MIT Researchers Create Device That Reads Human Emotions Using Wireless Signals

Posted: Sep 21 2016, 7:25am CDT | by , Updated: Sep 21 2016, 7:29am CDT, in News | Latest Science News


MIT Researchers Create Device that Reads Human Emotions Using Wireless Signals
Credit: Jason Dorfman/MIT CSAIL

The device, named EQ-Radio,use radio waves to detect whether someone is happy, angry or sad.

Judging someone else’s emotions through his/her facial expressions is quite difficult because facial expressions are generally considered unreliable and they do not always reflect what is happening inside. 

Now, MIT researchers have found an effective way to sense the actual feelings of a person. They have developed a device that uses radio waves to identify whether a person is sad, happy, angry or excited. The device, named EQ-Radio, recognizes emotions through subtle changes in breathing and heartbeat even without placing any sensor on body. The device is claimed to be 87 percent accurate in detecting a person’s true emotions.

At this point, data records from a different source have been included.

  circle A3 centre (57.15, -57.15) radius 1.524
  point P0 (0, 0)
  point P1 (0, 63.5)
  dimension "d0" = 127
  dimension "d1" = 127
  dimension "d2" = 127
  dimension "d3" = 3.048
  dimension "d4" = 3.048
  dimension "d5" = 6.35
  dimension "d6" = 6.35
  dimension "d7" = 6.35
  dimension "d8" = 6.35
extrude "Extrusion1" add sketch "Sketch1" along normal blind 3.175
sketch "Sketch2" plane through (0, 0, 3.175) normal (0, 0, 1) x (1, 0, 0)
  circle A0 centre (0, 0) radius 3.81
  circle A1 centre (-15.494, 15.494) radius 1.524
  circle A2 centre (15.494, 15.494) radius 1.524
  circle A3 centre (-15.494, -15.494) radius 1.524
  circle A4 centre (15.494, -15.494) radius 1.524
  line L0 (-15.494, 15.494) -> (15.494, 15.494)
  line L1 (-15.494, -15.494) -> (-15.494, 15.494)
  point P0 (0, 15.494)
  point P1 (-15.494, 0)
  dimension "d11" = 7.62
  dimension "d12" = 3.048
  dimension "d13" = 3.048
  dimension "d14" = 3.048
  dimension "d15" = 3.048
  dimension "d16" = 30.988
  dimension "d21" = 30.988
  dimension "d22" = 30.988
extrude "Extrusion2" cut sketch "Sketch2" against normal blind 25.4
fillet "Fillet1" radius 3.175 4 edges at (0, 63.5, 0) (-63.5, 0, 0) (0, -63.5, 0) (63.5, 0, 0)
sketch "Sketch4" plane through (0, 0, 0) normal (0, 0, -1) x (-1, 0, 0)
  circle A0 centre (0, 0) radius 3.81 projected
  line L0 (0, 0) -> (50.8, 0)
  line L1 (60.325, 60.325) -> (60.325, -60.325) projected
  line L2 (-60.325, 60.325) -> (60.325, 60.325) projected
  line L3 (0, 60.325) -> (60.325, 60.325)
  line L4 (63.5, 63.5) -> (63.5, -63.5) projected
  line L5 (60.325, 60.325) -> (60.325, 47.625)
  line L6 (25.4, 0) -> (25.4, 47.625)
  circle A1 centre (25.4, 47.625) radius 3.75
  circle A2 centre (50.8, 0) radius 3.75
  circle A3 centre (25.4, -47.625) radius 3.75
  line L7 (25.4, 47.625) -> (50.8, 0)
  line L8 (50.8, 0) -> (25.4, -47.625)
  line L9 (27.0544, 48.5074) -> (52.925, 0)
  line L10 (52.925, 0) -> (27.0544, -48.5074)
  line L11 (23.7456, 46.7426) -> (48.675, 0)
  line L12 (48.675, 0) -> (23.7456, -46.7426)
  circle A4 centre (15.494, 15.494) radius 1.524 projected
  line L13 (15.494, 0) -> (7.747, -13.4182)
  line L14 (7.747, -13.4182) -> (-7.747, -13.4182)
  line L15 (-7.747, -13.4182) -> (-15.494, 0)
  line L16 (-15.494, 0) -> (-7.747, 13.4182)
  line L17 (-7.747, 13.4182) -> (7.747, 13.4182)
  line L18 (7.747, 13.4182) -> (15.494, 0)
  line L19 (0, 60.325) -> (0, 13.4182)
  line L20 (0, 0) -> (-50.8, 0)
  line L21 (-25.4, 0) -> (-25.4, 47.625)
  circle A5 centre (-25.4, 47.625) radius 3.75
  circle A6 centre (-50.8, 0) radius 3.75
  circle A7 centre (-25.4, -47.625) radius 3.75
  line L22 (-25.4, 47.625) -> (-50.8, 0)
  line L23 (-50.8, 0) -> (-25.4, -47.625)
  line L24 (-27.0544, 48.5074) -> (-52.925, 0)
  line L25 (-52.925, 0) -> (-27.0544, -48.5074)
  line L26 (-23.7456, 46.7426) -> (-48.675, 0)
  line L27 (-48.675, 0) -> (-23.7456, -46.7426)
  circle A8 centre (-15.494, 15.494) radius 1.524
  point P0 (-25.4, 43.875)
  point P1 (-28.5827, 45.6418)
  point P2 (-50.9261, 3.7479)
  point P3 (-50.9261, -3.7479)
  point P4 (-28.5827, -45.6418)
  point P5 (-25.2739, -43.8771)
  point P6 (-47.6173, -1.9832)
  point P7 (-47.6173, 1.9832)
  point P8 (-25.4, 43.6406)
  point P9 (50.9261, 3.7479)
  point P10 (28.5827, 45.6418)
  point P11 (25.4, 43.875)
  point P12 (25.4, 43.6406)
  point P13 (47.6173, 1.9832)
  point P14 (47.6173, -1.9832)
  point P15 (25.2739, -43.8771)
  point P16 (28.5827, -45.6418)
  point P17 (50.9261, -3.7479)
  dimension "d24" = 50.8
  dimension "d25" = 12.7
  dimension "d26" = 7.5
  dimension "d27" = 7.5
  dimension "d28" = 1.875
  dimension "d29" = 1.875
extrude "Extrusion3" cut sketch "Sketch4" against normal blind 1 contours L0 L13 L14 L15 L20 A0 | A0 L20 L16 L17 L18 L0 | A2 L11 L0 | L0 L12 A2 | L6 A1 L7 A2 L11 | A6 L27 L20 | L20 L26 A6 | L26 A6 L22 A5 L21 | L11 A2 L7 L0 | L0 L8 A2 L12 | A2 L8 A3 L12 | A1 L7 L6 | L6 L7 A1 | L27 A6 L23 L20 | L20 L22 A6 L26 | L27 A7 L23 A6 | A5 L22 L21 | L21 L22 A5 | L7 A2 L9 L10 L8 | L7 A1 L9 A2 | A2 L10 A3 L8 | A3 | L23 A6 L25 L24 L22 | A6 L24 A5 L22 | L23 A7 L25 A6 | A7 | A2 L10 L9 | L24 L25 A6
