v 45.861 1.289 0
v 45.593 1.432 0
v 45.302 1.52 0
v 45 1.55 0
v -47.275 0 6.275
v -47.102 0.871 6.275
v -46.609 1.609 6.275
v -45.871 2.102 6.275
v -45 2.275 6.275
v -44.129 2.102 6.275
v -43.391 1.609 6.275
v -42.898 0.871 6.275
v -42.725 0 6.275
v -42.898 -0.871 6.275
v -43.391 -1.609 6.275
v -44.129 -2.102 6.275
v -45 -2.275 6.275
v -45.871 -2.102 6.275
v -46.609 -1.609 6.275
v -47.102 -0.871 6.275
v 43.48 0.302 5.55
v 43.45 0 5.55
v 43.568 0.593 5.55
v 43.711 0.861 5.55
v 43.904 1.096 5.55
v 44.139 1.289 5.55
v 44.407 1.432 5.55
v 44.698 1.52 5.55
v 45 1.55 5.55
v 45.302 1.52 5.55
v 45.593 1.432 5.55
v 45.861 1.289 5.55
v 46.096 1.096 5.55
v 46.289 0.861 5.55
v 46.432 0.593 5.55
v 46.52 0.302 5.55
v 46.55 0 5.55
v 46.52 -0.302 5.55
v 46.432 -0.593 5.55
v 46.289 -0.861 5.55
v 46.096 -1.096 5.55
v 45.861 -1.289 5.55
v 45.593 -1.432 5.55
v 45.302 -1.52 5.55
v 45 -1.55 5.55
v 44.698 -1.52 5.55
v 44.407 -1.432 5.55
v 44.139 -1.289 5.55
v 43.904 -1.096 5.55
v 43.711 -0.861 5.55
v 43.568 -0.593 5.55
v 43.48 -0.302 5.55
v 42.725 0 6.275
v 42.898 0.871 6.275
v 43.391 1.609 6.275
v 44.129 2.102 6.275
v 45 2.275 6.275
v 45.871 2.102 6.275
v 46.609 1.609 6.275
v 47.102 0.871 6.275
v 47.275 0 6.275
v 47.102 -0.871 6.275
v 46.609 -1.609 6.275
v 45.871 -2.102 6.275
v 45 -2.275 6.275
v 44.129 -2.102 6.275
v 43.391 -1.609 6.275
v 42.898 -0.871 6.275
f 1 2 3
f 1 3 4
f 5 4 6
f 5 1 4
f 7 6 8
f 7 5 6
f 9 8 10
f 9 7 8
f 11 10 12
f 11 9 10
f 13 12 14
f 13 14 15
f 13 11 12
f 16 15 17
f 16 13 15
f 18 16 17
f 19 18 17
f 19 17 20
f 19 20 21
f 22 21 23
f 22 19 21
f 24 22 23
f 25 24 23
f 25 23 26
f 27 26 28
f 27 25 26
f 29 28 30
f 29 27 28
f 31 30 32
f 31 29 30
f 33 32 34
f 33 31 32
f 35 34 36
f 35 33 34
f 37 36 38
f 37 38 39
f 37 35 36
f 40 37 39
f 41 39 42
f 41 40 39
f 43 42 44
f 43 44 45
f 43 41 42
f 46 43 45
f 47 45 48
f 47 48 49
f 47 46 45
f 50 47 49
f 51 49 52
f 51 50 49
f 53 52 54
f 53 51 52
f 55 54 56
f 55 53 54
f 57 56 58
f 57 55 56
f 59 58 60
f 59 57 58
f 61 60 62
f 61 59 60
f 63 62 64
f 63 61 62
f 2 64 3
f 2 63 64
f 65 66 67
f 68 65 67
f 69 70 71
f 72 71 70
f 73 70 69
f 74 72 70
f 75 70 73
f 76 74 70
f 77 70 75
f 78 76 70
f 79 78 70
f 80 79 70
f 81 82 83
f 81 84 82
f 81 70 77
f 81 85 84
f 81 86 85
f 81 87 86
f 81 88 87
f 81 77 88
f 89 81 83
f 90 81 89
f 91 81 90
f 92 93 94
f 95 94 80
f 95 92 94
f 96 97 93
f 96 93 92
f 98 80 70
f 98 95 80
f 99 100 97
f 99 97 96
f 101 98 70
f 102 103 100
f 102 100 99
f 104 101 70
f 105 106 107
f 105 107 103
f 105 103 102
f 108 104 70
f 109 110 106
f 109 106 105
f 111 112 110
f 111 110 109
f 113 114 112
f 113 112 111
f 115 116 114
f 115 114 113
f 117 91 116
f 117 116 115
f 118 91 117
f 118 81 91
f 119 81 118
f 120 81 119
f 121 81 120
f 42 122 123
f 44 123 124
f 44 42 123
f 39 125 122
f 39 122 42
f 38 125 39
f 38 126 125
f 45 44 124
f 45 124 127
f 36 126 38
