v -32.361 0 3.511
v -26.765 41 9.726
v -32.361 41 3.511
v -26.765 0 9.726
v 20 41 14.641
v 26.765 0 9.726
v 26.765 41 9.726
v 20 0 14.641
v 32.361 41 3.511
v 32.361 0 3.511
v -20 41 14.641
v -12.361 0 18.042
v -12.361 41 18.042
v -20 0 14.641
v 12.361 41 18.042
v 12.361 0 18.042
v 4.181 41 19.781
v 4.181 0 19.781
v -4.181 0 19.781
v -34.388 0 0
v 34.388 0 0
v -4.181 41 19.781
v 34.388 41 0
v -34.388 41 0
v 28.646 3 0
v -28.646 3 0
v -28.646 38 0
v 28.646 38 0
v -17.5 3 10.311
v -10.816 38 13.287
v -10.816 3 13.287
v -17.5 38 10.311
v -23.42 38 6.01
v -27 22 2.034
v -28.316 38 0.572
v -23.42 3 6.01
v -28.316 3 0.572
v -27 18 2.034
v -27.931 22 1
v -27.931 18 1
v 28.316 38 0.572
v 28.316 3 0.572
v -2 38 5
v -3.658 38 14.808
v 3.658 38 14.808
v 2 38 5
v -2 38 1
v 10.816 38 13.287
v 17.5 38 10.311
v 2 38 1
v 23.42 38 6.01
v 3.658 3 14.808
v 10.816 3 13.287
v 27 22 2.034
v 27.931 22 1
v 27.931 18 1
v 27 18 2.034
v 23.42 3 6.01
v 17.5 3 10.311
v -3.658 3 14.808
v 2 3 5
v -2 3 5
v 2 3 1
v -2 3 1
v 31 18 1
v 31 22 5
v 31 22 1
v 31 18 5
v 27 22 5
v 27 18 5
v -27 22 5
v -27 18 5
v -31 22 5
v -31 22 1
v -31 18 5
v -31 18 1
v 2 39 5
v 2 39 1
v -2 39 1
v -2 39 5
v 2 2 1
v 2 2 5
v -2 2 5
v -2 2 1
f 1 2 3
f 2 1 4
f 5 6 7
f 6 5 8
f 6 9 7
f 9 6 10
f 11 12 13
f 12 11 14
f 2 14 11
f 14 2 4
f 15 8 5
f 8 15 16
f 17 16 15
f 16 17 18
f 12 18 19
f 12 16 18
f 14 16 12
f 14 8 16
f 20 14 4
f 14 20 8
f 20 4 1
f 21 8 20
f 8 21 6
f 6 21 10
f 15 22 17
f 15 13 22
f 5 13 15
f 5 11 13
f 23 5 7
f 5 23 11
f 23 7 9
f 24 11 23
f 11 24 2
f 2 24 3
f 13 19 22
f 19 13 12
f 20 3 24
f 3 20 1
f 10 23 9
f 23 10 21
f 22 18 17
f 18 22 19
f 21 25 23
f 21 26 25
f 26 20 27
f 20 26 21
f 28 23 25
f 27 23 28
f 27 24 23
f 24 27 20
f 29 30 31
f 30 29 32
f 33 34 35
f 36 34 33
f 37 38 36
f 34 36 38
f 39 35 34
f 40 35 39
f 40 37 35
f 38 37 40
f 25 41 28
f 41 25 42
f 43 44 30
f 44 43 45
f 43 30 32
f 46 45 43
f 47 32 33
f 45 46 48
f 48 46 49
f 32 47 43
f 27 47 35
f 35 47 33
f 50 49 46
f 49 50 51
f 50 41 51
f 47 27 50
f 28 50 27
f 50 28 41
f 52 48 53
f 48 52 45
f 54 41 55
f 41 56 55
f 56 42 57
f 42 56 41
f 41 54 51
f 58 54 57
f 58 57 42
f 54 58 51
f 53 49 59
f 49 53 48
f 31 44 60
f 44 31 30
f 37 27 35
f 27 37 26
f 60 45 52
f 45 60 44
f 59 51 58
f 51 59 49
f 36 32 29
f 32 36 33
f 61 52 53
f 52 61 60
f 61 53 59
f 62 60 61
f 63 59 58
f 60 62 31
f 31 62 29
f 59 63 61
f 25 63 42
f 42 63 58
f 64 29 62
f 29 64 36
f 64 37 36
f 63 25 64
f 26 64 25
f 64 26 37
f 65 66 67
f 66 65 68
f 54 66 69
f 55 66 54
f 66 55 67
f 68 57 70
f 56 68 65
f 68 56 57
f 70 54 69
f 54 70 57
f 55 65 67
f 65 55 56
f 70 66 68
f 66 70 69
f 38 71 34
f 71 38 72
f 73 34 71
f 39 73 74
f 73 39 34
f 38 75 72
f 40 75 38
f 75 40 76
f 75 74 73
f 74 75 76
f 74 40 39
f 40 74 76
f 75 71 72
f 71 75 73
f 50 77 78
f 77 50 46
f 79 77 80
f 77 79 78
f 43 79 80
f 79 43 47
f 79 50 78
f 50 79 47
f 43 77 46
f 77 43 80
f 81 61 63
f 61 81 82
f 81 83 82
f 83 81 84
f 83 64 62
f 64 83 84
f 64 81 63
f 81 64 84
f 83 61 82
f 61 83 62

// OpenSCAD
/*
    TOS Version 1 Top
    

*/
rotate(a=[270,0,0]) {
    translate([0,20, 0]) {
        difference() {
            // Main Body Outside
            difference() {
                cylinder(h=41, r=40);
                translate([0,30,0]) {
                    cube(100, center=true);
                }
                
            };

            // Main Body Inside
            difference() {
          
                translate([0,0,3]) {
                    cylinder(h=35, r=35);
                };        
                translate([0,30,0]) {
                    cube(100, center=true);
                }

            };
            
            // Inside Recesses
            translate([29,-23,20]) {
                cube(4, center=true);
            }
            
            translate([-29,-23,20]) {
                cube(4, center=true);
            }
            
            translate([0,-23,37]) {
                cube(4, center=true);
            }
                
            translate([0,-23,4]) {
                cube(4, center=true);
            }
        }
    }
}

EQ-Radio has been primarily designed to understand consumer behavior and health care industry and also has the potential to change the way existing technology works. For instance, it can tell when you are depressed and need to go outside to get some fresh air.

Our work shows that wireless signals can capture information about human behavior that is not always visible to the naked eye,” said MIT professor and project leader Dina Katabi.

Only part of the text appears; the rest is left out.